** Opening Supplied data block **

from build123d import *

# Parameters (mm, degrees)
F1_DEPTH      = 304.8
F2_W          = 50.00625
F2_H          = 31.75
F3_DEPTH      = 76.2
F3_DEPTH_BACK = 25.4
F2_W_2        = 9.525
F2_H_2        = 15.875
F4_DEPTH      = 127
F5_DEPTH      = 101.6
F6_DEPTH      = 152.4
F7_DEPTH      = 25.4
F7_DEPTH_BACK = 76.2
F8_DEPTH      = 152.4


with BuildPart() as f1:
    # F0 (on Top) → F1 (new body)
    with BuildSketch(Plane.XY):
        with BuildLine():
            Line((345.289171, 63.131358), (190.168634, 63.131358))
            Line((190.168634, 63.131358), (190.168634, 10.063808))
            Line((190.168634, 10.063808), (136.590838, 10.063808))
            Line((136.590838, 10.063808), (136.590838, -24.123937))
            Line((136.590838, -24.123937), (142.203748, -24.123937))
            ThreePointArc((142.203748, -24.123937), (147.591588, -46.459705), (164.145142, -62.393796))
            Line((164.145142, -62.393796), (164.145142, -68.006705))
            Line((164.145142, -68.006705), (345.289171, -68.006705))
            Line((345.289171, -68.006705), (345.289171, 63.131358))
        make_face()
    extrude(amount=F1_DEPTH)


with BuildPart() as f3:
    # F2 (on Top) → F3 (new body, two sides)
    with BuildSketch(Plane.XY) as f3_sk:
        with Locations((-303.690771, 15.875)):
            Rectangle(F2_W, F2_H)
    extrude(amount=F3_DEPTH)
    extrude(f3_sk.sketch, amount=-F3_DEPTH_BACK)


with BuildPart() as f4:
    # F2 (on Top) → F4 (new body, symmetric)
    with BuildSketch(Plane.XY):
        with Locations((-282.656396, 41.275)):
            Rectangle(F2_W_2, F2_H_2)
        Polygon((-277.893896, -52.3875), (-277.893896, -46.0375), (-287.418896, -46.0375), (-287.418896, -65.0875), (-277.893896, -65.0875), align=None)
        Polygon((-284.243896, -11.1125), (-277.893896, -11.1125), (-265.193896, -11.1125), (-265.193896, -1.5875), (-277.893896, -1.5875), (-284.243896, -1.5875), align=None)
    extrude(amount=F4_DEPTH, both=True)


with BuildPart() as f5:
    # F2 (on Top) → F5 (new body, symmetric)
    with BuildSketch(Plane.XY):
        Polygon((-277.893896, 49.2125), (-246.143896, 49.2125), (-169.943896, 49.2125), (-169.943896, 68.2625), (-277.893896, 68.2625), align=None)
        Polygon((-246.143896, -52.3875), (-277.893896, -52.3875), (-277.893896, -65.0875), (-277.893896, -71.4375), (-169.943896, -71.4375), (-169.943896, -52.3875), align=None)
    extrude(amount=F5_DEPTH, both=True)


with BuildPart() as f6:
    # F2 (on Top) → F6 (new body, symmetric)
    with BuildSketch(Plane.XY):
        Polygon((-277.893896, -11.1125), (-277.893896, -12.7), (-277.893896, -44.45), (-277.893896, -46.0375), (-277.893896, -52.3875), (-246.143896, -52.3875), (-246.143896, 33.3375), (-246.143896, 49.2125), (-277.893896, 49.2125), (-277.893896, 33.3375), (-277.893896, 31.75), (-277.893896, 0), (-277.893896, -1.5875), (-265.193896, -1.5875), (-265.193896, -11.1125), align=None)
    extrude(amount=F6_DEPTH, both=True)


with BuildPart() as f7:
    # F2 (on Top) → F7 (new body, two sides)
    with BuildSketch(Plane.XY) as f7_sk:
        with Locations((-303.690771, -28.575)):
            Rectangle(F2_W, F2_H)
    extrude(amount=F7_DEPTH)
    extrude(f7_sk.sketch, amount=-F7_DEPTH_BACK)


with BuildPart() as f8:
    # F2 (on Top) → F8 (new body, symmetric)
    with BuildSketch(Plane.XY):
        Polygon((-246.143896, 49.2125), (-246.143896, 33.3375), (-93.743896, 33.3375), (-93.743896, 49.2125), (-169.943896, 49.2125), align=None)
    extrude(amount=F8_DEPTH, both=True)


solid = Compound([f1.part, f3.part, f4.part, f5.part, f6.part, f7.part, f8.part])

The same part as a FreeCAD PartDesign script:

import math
import FreeCAD as App
import Part
import Sketcher
from FreeCAD import Vector
Q = App.Units.Quantity


def add_polygon(sketch, points):
    """Adds a closed chain of lines whose ends are joined by coincident constraints."""
    first, n = sketch.GeometryCount, len(points)
    for a, b in zip(points, points[1:] + points[:1]):
        sketch.addGeometry(Part.LineSegment(App.Vector(*a, 0), App.Vector(*b, 0)), False)
    for i in range(n):
        sketch.addConstraint(Sketcher.Constraint("Coincident", first + i, 2, first + (i + 1) % n, 1))

doc = App.newDocument("Part")
params = doc.addObject("Spreadsheet::Sheet", "Params")
for row, (alias, value) in enumerate([
    ("pad1_length", "12 in"),
    ("sketch2_height", "1.25 in"),
    ("sketch2_width", "1.96875 in"),
    ("pad2_length", "3 in"),
    ("pad2_length2", "1 in"),
    ("sketch3_width", "0.75 in"),
    ("sketch3_width2", "0.375 in"),
    ("sketch3_height", "0.625 in"),
    ("pad3_length", "10 in"),
    ("sketch4_width", "4.25 in"),
    ("sketch4_height", "0.75 in"),
    ("pad4_length", "8 in"),
    ("sketch5_height", "4 in"),
    ("sketch5_height2", "2 in"),
    ("sketch5_width", "0.5 in"),
    ("sketch5_width2", "1.25 in"),
    ("sketch5_height3", "1.625 in"),
    ("pad5_length", "12 in"),
    ("sketch6_height", "1.25 in"),
    ("sketch6_width", "1.96875 in"),
    ("pad6_length", "1 in"),
    ("pad6_length2", "3 in"),
    ("sketch7_width", "6 in"),
    ("sketch7_height", "0.625 in"),
    ("pad7_length", "12 in"),
], start=1):
    params.set(f"A{row}", alias)
    params.set(f"B{row}", "=" + value)
    params.setAlias(f"B{row}", alias)

body = doc.addObject("PartDesign::Body", "Body")

# Sketch on XY plane
sketch1 = body.newObject("Sketcher::SketchObject", "Sketch")
sketch1.AttachmentSupport = (doc.getObject("XY_Plane"), [""])
sketch1.MapMode = "FlatFace"
sketch1.addGeometry([
    Part.LineSegment(Vector(345, 63, 0), Vector(190, 63, 0)),  # 0
    Part.LineSegment(Vector(190, 63, 0), Vector(190, 10, 0)),  # 1
    Part.LineSegment(Vector(190, 10, 0), Vector(137, 10, 0)),  # 2
    Part.LineSegment(Vector(137, 10, 0), Vector(137, -24, 0)),  # 3
    Part.LineSegment(Vector(137, -24, 0), Vector(142, -24, 0)),  # 4
    Part.ArcOfCircle(Part.Circle(Vector(183, -26, 0), Vector(0, 0, 1), 41), math.radians(177), math.radians(242)),  # 5
    Part.LineSegment(Vector(164, -62, 0), Vector(164, -68, 0)),  # 6
    Part.LineSegment(Vector(164, -68, 0), Vector(345, -68, 0)),  # 7
    Part.LineSegment(Vector(345, -68, 0), Vector(345, 63, 0)),  # 8
], False)
sketch1.addConstraint([
    Sketcher.Constraint("Coincident", 0, 2, 1, 1),
    Sketcher.Constraint("Coincident", 1, 2, 2, 1),
    Sketcher.Constraint("Coincident", 2, 2, 3, 1),
    Sketcher.Constraint("Coincident", 3, 2, 4, 1),
    Sketcher.Constraint("Coincident", 4, 2, 5, 1),
    Sketcher.Constraint("Coincident", 5, 2, 6, 1),
    Sketcher.Constraint("Coincident", 6, 2, 7, 1),
    Sketcher.Constraint("Coincident", 7, 2, 8, 1),
    Sketcher.Constraint("Coincident", 8, 2, 0, 1),
    Sketcher.Constraint("Horizontal", 0),
    Sketcher.Constraint("Vertical", 1),
    Sketcher.Constraint("Horizontal", 2),
    Sketcher.Constraint("Vertical", 3),
    Sketcher.Constraint("Horizontal", 4),
    Sketcher.Constraint("Vertical", 6),
    Sketcher.Constraint("Horizontal", 7),
    Sketcher.Constraint("Vertical", 8),
    Sketcher.Constraint("Equal", 4, 6),
    Sketcher.Constraint("Radius", 5, Q("41.01687 mm")),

** Closing Supplied data block **

Task brief: Keep both end lines and retype everything in the records above from the line containing "extrude(amount=F6_DEPTH, both=True)" through the line containing "# F2 (on Top) → F8 (new body, symmetric)", exactly, with nothing else.

Answer space:
    extrude(amount=F6_DEPTH, both=True)


with BuildPart() as f7:
    # F2 (on Top) → F7 (new body, two sides)
    with BuildSketch(Plane.XY) as f7_sk:
        with Locations((-303.690771, -28.575)):
            Rectangle(F2_W, F2_H)
    extrude(amount=F7_DEPTH)
    extrude(f7_sk.sketch, amount=-F7_DEPTH_BACK)


with BuildPart() as f8:
    # F2 (on Top) → F8 (new body, symmetric)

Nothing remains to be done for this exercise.